You must be starving ..


----------



## MRSTRONG (Apr 18, 2009)

27th and 28th they are down fella ill double check gym hours too .


----------



## Mowgli (Aug 23, 2009)

ewen said:


> You must be starving ..


Just not hungry during the day mate. May as well makethe most of it while ive no appetite and call it a diet :lol:

Eaten much cleaner since leaving, so it can only get better once I stay feeling happier

Will text you when I know what the defo is fella, ta for letting me know


----------



## MRSTRONG (Apr 18, 2009)

Mowgli said:


> Just not hungry during the day mate. May as well makethe most of it while ive no appetite and call it a diet :lol:
> 
> Eaten much cleaner since leaving, so it can only get better once I stay feeling happier
> 
> Will text you when I know what the defo is fella, ta for letting me know


no bother m8 take it easy :thumb:

oh and get some rage in you and go train .


----------



## Mowgli (Aug 23, 2009)

Picking up the warrior rage toorroww... Ffffick I need to get mu end wet :lol:


----------



## paul81 (Jun 3, 2010)

sheeeet, didnt know about you and the missis :sad: hope you heads okay chap...

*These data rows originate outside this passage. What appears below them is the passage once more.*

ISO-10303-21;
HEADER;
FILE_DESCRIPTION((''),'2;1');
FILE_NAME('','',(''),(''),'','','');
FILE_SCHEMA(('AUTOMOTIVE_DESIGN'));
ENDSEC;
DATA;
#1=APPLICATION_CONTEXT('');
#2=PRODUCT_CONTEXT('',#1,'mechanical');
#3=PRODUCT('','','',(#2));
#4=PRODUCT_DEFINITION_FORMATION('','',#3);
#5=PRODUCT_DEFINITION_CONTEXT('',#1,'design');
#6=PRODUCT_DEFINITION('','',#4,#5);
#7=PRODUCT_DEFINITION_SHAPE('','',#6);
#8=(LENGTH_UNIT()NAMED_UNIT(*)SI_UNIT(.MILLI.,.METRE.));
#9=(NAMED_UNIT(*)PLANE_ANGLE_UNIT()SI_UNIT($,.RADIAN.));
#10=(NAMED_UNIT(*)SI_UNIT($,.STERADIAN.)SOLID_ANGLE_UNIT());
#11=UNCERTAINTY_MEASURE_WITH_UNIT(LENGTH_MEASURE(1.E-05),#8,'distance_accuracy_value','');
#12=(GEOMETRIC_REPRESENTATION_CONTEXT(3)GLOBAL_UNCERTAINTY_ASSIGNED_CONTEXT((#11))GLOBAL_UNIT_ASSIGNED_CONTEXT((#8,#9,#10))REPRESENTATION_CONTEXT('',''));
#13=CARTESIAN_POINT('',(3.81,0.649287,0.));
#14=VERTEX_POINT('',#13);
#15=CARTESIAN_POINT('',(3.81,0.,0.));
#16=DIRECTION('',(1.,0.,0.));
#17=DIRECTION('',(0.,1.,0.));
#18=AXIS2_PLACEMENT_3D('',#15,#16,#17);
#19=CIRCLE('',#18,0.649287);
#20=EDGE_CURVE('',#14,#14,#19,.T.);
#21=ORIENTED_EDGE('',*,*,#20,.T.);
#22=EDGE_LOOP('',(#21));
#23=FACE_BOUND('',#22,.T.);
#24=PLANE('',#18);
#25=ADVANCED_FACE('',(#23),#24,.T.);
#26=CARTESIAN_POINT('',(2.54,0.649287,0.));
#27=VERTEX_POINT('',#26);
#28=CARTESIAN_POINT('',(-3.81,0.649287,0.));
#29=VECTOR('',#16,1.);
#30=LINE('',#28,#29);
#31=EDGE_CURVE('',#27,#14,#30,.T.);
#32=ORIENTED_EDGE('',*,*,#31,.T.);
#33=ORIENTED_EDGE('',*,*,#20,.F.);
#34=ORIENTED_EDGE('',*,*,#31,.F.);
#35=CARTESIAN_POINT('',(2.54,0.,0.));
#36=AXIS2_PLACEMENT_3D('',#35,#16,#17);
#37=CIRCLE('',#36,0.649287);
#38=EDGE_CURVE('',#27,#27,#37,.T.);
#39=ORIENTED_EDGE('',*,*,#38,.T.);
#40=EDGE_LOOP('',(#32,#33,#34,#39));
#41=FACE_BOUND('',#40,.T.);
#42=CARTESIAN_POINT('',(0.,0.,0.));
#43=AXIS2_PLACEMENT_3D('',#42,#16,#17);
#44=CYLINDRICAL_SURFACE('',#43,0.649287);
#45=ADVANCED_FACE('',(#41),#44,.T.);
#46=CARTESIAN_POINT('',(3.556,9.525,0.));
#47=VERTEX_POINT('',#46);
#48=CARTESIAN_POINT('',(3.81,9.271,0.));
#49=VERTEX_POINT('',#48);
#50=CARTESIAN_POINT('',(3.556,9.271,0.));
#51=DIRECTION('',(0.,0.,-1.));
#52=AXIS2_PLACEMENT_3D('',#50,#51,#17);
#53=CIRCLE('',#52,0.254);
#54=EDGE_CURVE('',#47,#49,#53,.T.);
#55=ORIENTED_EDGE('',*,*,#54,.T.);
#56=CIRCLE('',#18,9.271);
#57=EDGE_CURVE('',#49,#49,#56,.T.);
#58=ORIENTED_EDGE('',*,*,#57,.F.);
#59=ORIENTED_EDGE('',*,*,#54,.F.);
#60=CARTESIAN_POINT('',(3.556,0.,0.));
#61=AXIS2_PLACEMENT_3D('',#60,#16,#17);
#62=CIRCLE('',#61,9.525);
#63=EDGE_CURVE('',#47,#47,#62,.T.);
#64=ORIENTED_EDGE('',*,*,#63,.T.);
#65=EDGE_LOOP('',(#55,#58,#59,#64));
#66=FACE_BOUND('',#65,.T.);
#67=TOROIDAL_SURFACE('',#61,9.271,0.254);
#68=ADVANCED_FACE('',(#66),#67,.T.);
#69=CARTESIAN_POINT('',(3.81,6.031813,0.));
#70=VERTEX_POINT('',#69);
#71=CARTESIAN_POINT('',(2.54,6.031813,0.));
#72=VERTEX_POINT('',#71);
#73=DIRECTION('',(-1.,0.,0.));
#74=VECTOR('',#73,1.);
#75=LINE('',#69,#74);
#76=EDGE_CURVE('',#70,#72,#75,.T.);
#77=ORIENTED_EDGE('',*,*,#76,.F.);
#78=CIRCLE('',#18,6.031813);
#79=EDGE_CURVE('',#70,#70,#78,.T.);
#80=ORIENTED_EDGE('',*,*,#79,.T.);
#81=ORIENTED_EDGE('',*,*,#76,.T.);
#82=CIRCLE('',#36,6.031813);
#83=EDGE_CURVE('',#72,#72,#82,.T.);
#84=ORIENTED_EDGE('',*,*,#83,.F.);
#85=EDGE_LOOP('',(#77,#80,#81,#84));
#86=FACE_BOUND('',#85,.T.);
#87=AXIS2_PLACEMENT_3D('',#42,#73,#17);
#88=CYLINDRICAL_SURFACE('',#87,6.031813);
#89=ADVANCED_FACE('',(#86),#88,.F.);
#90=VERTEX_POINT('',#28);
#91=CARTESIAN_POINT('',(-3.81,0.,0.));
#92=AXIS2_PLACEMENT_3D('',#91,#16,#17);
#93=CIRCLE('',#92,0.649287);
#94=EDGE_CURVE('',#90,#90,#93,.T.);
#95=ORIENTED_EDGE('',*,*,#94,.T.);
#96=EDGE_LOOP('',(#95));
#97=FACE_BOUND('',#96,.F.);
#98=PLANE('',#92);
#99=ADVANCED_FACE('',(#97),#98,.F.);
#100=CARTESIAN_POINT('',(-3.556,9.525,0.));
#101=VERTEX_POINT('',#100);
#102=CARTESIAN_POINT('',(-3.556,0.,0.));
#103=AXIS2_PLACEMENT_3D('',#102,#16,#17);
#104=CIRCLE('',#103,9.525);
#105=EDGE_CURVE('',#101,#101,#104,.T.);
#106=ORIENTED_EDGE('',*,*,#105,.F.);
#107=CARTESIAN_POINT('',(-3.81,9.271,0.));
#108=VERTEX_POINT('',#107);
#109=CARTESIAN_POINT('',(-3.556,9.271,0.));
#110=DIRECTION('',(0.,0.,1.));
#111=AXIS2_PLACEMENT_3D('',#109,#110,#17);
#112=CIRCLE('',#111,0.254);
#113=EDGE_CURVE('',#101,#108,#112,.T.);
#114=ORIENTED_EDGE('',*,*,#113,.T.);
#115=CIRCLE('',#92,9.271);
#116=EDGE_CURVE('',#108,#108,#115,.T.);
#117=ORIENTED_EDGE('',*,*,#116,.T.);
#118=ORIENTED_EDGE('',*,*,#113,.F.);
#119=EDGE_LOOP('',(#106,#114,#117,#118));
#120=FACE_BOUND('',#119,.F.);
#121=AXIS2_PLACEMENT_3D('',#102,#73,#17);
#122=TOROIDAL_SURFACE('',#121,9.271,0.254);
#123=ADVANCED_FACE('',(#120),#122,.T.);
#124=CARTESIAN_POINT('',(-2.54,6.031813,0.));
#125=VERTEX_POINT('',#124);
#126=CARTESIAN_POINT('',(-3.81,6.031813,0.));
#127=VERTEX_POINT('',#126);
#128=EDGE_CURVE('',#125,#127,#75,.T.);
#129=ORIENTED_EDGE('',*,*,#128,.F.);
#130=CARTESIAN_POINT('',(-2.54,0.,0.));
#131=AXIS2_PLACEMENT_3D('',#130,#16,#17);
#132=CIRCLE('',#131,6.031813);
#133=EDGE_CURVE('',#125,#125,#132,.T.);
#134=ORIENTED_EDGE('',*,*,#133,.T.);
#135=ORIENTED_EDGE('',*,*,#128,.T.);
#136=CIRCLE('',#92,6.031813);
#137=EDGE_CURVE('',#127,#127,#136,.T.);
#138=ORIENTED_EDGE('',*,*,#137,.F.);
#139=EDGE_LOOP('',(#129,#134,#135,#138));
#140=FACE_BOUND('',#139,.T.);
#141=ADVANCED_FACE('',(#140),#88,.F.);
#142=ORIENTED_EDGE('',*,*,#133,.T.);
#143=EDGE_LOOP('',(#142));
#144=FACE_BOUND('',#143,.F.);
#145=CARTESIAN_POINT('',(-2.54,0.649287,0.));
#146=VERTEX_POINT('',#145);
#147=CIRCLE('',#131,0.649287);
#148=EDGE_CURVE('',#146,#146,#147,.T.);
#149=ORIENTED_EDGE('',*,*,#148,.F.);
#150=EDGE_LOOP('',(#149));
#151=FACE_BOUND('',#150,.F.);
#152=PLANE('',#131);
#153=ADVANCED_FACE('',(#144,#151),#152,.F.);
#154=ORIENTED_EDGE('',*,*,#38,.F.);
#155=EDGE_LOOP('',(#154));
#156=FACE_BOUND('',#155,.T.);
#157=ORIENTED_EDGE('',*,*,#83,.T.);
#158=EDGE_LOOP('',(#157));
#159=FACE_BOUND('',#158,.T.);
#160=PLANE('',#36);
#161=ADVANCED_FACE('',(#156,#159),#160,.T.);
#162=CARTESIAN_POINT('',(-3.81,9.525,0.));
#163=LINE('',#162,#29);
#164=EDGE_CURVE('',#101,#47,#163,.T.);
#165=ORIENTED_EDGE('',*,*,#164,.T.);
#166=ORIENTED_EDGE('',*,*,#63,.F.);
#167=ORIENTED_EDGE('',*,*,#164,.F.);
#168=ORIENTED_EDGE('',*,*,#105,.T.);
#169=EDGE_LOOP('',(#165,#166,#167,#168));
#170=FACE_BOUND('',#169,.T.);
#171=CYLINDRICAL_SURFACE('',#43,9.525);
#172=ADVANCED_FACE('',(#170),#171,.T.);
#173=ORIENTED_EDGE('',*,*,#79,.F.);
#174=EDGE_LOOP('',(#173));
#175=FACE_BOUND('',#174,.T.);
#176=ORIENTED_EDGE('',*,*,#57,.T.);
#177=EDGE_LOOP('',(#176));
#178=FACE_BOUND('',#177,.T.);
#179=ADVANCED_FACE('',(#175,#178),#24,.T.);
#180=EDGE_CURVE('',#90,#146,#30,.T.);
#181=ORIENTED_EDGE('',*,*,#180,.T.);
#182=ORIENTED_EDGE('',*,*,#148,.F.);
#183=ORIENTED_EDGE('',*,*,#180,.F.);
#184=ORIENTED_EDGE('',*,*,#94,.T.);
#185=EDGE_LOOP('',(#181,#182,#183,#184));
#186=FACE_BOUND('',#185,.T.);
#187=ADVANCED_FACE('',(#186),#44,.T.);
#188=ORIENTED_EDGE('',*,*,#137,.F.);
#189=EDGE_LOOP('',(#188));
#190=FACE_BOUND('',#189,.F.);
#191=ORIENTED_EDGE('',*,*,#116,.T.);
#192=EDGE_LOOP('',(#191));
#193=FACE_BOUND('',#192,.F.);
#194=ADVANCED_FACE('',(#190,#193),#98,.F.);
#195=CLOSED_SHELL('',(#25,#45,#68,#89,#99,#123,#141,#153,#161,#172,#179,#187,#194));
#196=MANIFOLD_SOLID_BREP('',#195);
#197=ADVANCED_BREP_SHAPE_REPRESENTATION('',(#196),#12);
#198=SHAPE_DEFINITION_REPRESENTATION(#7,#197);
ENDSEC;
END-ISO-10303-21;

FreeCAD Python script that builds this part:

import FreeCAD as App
import Part
import Sketcher
Q = App.Units.Quantity


def edges_at(feature, points):
    """Names of the edges that pass closest to the given points."""
    edges = feature.Shape.Edges
    near = lambda p: min(range(len(edges)), key=lambda i: edges[i].distToShape(Part.Vertex(*p))[0])
    return sorted({f"Edge{near(p) + 1}" for p in points})

doc = App.newDocument("Part")
body = doc.addObject("PartDesign::Body", "Body")

# Sketch on YZ plane
sketch1 = body.newObject("Sketcher::SketchObject", "Sketch")
sketch1.AttachmentSupport = (doc.getObject("YZ_Plane"), [""])
sketch1.MapMode = "FlatFace"
sketch1.addGeometry(Part.Circle(App.Vector(0, 0, 0), App.Vector(0, 0, 1), 0.649287), False)
sketch1.addConstraint(Sketcher.Constraint("Coincident", 0, 3, -1, 1))
sketch1.addConstraint(Sketcher.Constraint("Diameter", 0, Q("1.298574 mm")))
pad1 = body.newObject("PartDesign::Pad", "Pad")
pad1.Profile = sketch1
pad1.Length = Q("0.3 in")
pad1.Midplane = True

# Sketch on YZ plane
sketch2 = body.newObject("Sketcher::SketchObject", "Sketch001")
sketch2.AttachmentSupport = (doc.getObject("YZ_Plane"), [""])
sketch2.MapMode = "FlatFace"
sketch2.addGeometry(Part.Circle(App.Vector(0, 0, 0), App.Vector(0, 0, 1), 6.031813), False)
sketch2.addGeometry(Part.Circle(App.Vector(0, 0, 0), App.Vector(0, 0, 1), 0.649287), False)
sketch2.addConstraint(Sketcher.Constraint("Coincident", 0, 3, -1, 1))
sketch2.addConstraint(Sketcher.Constraint("Coincident", 1, 3, -1, 1))
sketch2.addConstraint(Sketcher.Constraint("Diameter", 0, Q("12.063626 mm")))
sketch2.addConstraint(Sketcher.Constraint("Diameter", 1, Q("1.298574 mm")))
pad2 = body.newObject("PartDesign::Pad", "Pad001")
pad2.Profile = sketch2
pad2.Length = Q("0.2 in")
pad2.Midplane = True

# Sketch on YZ plane
sketch3 = body.newObject("Sketcher::SketchObject", "Sketch002")
sketch3.AttachmentSupport = (doc.getObject("YZ_Plane"), [""])
sketch3.MapMode = "FlatFace"
sketch3.addGeometry(Part.Circle(App.Vector(0, 0, 0), App.Vector(0, 0, 1), 9.525), False)
sketch3.addGeometry(Part.Circle(App.Vector(0, 0, 0), App.Vector(0, 0, 1), 6.031813), False)
sketch3.addConstraint(Sketcher.Constraint("Coincident", 0, 3, -1, 1))
sketch3.addConstraint(Sketcher.Constraint("Coincident", 1, 3, -1, 1))
sketch3.addConstraint(Sketcher.Constraint("Diameter", 0, Q("0.75 in")))
sketch3.addConstraint(Sketcher.Constraint("Diameter", 1, Q("12.063626 mm")))
pad3 = body.newObject("PartDesign::Pad", "Pad002")
pad3.Profile = sketch3
pad3.Length = Q("0.3 in")
pad3.Midplane = True
doc.recompute()

fillet = body.newObject("PartDesign::Fillet", "Fillet")
fillet.Base = (pad3, edges_at(pad3, [(3.81, -9.525, 0), (-3.81, -9.525, 0)]))
fillet.Radius = Q("0.01 in")

doc.recompute()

guess that explains why your coming onto me a bit more than usual..... :lol:


----------



## Mowgli (Aug 23, 2009)

^was drunk... :lol:

Got the warrior rage, but forgot to take it this morning. Was more worried about the snow on the road.. Anyway..

Training update - deads and squats. YES THAT'S RIGHT.

Deadlifts - 60kgx12, 120kgx8, 170x5, 200x2x2 (vid coming), 220x1x2 (vid coming), 250xfxf ( :lol: eyes bigger than my back..)

Squats - 60kgx12, 120x12, 150x12x2

Squat jerks - 60kgx5, 80kgx5, 85kgx3x3

Strict press - 90x2x5

GHRs -BWx8x3

Quite happy 

-edit

Oh and I've been off gear for 2 weeks now


----------



## Mowgli (Aug 23, 2009)

paul81 said:


> sheeeet, didnt know about you and the missis :sad: hope you heads okay chap...
> 
> guess that explains why your coming onto me a bit more than usual..... :lol:


Cheers mate, it needed doing. Just couldn't go on any longer and running away with the circus isn't a legitimate reason.


----------



## Tassotti (Feb 27, 2011)

That's the way to do it Mowgli..150K sqwatz and 220K deads...Boom

BE CAREFUL!!!!


----------



## Mowgli (Aug 23, 2009)

Tassotti said:


> That's the way to do it Mowgli..150K sqwatz and 220K deads...Boom
> 
> BE CAREFUL!!!!


It's a good starting point 

Going to take it slow and not max out again on any of these exercises until my body relearns how to do them and im confident with where I am physically.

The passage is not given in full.